Antioxidant activity, antimicrobial activity, α-glucosidase inhibitory effect, Prunus padus, Lonicera caerulea, Berberis amurensis, Ribes maximowiczianum
Natural products, mostly from plants, have begun to gain worldwide interest for promoting healthcare, and have been used as conventional or complementary medicines due to toxicity and side effects of synthetic drugs . In addition, natural products are known not only as a rich source of structurally diverse substances with a wide range of biological activities, but also as a primary source for synthesized drugs [1,2]. Therefore, the investigation of the pharmaceutical properties of medicinal plants and the analyses of their natural products are an important aspect when developing alternative or adjunctive therapies. The biological and pharmaceutical activities in medicinal plants are mostly mediated by the presence of secondary metabolites including phenolic and flavonoid compounds. These compounds exhibit a wide range of pharmaceutical properties, such as antioxidant, antimicrobial, antiinflammatory and anticancer properties . Although a variety of plants are known to be good sources of these compounds, their contents are dependent on a number of factors including the climatic conditions, ripeness of the material, their tissues, and genetic factors .
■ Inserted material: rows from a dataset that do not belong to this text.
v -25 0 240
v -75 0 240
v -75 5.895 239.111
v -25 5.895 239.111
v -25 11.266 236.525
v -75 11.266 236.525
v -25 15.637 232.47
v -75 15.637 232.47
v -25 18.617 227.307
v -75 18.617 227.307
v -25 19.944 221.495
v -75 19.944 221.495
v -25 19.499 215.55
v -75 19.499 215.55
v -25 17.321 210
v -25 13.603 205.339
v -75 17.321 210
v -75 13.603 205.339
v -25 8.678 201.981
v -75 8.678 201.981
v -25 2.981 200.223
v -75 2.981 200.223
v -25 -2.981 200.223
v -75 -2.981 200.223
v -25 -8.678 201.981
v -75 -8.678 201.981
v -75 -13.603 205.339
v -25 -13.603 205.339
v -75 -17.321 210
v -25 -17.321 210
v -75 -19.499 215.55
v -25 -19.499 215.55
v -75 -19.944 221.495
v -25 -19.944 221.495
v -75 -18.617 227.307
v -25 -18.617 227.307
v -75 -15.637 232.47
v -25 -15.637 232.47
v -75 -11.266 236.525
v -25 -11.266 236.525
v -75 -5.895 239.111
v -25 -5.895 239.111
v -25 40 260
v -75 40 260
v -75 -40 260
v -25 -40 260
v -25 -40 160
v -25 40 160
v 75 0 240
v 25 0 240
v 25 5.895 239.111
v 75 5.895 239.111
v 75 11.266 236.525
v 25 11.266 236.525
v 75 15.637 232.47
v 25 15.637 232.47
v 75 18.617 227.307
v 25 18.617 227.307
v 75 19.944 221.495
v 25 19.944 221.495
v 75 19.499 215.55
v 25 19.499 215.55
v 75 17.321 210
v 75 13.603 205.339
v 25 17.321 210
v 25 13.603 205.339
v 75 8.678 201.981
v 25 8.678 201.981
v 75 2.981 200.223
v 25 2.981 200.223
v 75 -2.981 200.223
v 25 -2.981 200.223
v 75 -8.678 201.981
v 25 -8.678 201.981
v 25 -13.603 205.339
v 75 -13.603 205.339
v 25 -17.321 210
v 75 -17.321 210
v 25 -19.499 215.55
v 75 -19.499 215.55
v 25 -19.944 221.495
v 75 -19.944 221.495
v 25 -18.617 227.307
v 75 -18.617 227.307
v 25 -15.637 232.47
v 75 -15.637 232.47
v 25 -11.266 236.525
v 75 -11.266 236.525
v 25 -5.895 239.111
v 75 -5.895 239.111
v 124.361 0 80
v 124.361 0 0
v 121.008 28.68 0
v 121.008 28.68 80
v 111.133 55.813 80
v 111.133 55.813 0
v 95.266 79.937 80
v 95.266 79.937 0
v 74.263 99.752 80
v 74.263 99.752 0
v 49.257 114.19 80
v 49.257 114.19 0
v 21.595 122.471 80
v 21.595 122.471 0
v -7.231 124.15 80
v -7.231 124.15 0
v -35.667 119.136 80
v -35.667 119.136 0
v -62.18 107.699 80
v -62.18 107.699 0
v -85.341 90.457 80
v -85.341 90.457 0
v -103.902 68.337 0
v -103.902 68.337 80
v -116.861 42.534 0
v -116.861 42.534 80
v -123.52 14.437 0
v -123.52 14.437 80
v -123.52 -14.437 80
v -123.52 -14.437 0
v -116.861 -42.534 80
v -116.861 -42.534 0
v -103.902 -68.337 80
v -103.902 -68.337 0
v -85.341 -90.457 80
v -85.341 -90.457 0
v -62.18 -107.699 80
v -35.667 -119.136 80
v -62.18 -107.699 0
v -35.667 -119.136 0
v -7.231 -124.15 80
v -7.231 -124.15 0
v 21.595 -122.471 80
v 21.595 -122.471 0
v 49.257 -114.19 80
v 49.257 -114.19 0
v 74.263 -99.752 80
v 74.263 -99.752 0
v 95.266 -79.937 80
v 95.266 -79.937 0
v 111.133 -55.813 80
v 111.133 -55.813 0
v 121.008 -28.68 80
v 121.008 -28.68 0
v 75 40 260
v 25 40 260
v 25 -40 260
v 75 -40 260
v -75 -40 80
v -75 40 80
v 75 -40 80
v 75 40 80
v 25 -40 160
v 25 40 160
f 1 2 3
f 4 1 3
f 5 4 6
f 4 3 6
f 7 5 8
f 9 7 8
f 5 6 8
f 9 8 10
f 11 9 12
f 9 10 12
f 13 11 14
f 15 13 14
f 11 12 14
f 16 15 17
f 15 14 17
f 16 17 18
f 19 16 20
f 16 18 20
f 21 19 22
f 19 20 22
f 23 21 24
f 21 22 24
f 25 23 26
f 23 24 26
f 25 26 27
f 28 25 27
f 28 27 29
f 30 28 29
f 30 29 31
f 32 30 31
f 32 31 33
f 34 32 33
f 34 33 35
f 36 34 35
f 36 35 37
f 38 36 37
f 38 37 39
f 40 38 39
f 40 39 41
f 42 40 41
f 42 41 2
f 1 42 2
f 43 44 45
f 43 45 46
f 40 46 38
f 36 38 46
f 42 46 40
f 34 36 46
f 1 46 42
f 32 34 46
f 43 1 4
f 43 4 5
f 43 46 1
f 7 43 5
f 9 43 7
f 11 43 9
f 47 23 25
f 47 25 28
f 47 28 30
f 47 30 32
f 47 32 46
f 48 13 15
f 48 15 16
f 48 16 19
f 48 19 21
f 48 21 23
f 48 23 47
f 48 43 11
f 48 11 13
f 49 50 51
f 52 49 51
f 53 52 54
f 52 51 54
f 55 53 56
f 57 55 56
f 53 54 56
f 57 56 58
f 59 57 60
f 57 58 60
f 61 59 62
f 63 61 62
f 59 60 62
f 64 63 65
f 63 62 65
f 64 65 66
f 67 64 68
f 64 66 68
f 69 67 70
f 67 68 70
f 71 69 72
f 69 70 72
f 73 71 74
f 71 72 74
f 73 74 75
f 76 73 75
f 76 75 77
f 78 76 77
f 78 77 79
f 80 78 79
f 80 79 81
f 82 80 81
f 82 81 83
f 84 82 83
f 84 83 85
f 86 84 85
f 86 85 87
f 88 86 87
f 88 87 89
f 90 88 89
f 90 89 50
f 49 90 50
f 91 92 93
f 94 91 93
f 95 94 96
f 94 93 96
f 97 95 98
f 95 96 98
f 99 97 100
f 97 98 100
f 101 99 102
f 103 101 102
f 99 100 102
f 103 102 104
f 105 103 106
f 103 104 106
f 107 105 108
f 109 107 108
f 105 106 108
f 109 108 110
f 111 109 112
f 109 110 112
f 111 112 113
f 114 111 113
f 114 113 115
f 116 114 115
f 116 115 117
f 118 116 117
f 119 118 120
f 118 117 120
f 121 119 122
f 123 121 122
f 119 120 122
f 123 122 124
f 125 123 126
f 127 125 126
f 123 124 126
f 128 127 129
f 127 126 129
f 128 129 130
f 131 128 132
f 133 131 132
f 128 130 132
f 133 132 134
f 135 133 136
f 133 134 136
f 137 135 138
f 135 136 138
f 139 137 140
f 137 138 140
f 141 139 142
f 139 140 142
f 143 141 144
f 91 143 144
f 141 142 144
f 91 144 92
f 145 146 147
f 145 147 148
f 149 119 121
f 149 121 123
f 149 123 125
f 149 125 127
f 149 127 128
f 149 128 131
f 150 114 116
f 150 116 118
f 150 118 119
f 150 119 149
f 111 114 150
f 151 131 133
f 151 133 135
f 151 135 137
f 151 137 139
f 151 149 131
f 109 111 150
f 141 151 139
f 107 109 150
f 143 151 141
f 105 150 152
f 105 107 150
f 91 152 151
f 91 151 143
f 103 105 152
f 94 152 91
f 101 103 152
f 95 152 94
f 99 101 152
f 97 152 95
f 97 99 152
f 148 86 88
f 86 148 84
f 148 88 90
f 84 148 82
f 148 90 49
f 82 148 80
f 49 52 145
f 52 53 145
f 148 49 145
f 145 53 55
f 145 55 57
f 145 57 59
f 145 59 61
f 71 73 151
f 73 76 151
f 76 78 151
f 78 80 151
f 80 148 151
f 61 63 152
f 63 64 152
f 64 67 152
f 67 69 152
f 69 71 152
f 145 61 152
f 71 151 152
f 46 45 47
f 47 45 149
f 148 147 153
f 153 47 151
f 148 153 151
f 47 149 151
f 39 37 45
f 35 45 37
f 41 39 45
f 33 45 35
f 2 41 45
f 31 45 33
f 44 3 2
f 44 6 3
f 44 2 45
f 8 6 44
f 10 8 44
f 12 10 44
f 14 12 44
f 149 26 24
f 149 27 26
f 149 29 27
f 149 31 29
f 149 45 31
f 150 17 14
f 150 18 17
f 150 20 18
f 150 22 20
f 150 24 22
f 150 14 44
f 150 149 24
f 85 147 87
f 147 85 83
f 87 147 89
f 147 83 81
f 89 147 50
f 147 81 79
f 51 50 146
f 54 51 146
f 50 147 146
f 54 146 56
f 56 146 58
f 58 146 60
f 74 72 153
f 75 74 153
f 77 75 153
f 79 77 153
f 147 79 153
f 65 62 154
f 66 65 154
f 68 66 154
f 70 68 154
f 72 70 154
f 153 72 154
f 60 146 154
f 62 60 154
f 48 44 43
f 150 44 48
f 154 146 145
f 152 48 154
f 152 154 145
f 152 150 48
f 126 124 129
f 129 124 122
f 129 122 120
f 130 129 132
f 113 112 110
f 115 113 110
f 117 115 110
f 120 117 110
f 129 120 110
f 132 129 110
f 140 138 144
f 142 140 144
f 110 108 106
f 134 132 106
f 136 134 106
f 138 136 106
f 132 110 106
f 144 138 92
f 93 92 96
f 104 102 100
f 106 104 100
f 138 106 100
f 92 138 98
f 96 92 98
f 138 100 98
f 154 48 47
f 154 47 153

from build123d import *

# Parameters (mm, degrees)
SKETCH3_R           = 124.360538227
BOSS_EXTRUDE2_DEPTH = 80
SKETCH4_W           = 150
SKETCH4_H           = 80
BOSS_EXTRUDE4_DEPTH = 260
SKETCH5_R           = 20
CUT_EXTRUDE1_DEPTH  = 260
SKETCH6_W           = 50
SKETCH6_H           = 100
CUT_EXTRUDE2_DEPTH  = 260


with BuildPart() as part:
    # Sketch3 → Boss-Extrude2 (new body)
    with BuildSketch(Plane.XY):
        Circle(SKETCH3_R)
    extrude(amount=BOSS_EXTRUDE2_DEPTH)

    # Sketch4 → Boss-Extrude4 (add)
    with BuildSketch(Plane.XY):
        Rectangle(SKETCH4_W, SKETCH4_H)
    extrude(amount=BOSS_EXTRUDE4_DEPTH)

    # Sketch5 → Cut-Extrude1 (cut)
    with BuildSketch(Plane.ZY.offset(75)):
        with Locations((220, 0)):
            Circle(SKETCH5_R)
    extrude(amount=-CUT_EXTRUDE1_DEPTH, mode=Mode.SUBTRACT)

    # Sketch6 → Cut-Extrude2 (cut)
    with BuildSketch(Plane(origin=(0, 40, 0), x_dir=(1, 0, 0), z_dir=(0, 1, 0))):
        with Locations((0, -210)):
            Rectangle(SKETCH6_W, SKETCH6_H)
    extrude(amount=-CUT_EXTRUDE2_DEPTH, mode=Mode.SUBTRACT)


solid = part.part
Jeju Island in South Korea is known as a crossroads for several migration routes . In addition, due to its geographical position, elevation and topography, the vertical distribution of temperatures and pressures from a subtropical to a subarctic zone allow for the generation of a unique ecosystem on Jeju Island [6,7]. So far, over 1,990 species including 719 species of edible plants have been classified [8,9]. This indicates that Jeju Island has a rich diversity of plants. Prunus padus L., Berberis amurensis var. quelpaertensis Nakai, Lonicera caerulea L., and Ribes maximowiczianum Kom., which are mainly distributed on Mt. Halla, Jeju Island, have been widely used as a traditional medicine, with beneficial effects in numerous diseases such as stroke, neuralgia, hepatitis, diarrhea and ocular disorder [10-12]. The phytochemical analysis revealed that P. padus , L. caerulea are a rich source of anthocyanins and flavonoids, which display potential health-promoting effects [11,13]. In addition, berberine (isoquinoline alkaloid), which possesses various biological activities including antimalarial, anticancer and antiAlzheimer disease, has been isolated from the roots and stem bark of Berberis species . These indicate that these plants might be potential resources as a crude drug and dietary health supplements, although there are only a few systematic studies regarding their pharmaceutical potentials. Therefore, in this study, leaves and branches of P. padus ( fig. 1a), L. caerulea ( fig. 1b), B. amurensis (fig. 1c), and R. maximowiczianum (fig. 1d) have been investigated for their antioxidant, antimicrobial, and antidiabetic activities. Methanol extracts from branches of P. padus exhibited a high level of radical scavenging activity, reducing power, and α-glucosidase-inhibition activity compared with other extracts. These findings suggest that P. padus is a new potential source for herbal medicine.
Materials and Methods
Branches and leaves of P. padus , L. caerulea , B. amurensis , and R. maximowiczianum were obtained from the Research Institute for Hallasan (Jeju). The ground materials were soaked with methanol for 24 h, and were sonicated at 55° in an ultrasonic bath (Power sonic 520, Hwashin co., Korea). After filtration, each extract was evaporated using a rotary vacuum evaporator.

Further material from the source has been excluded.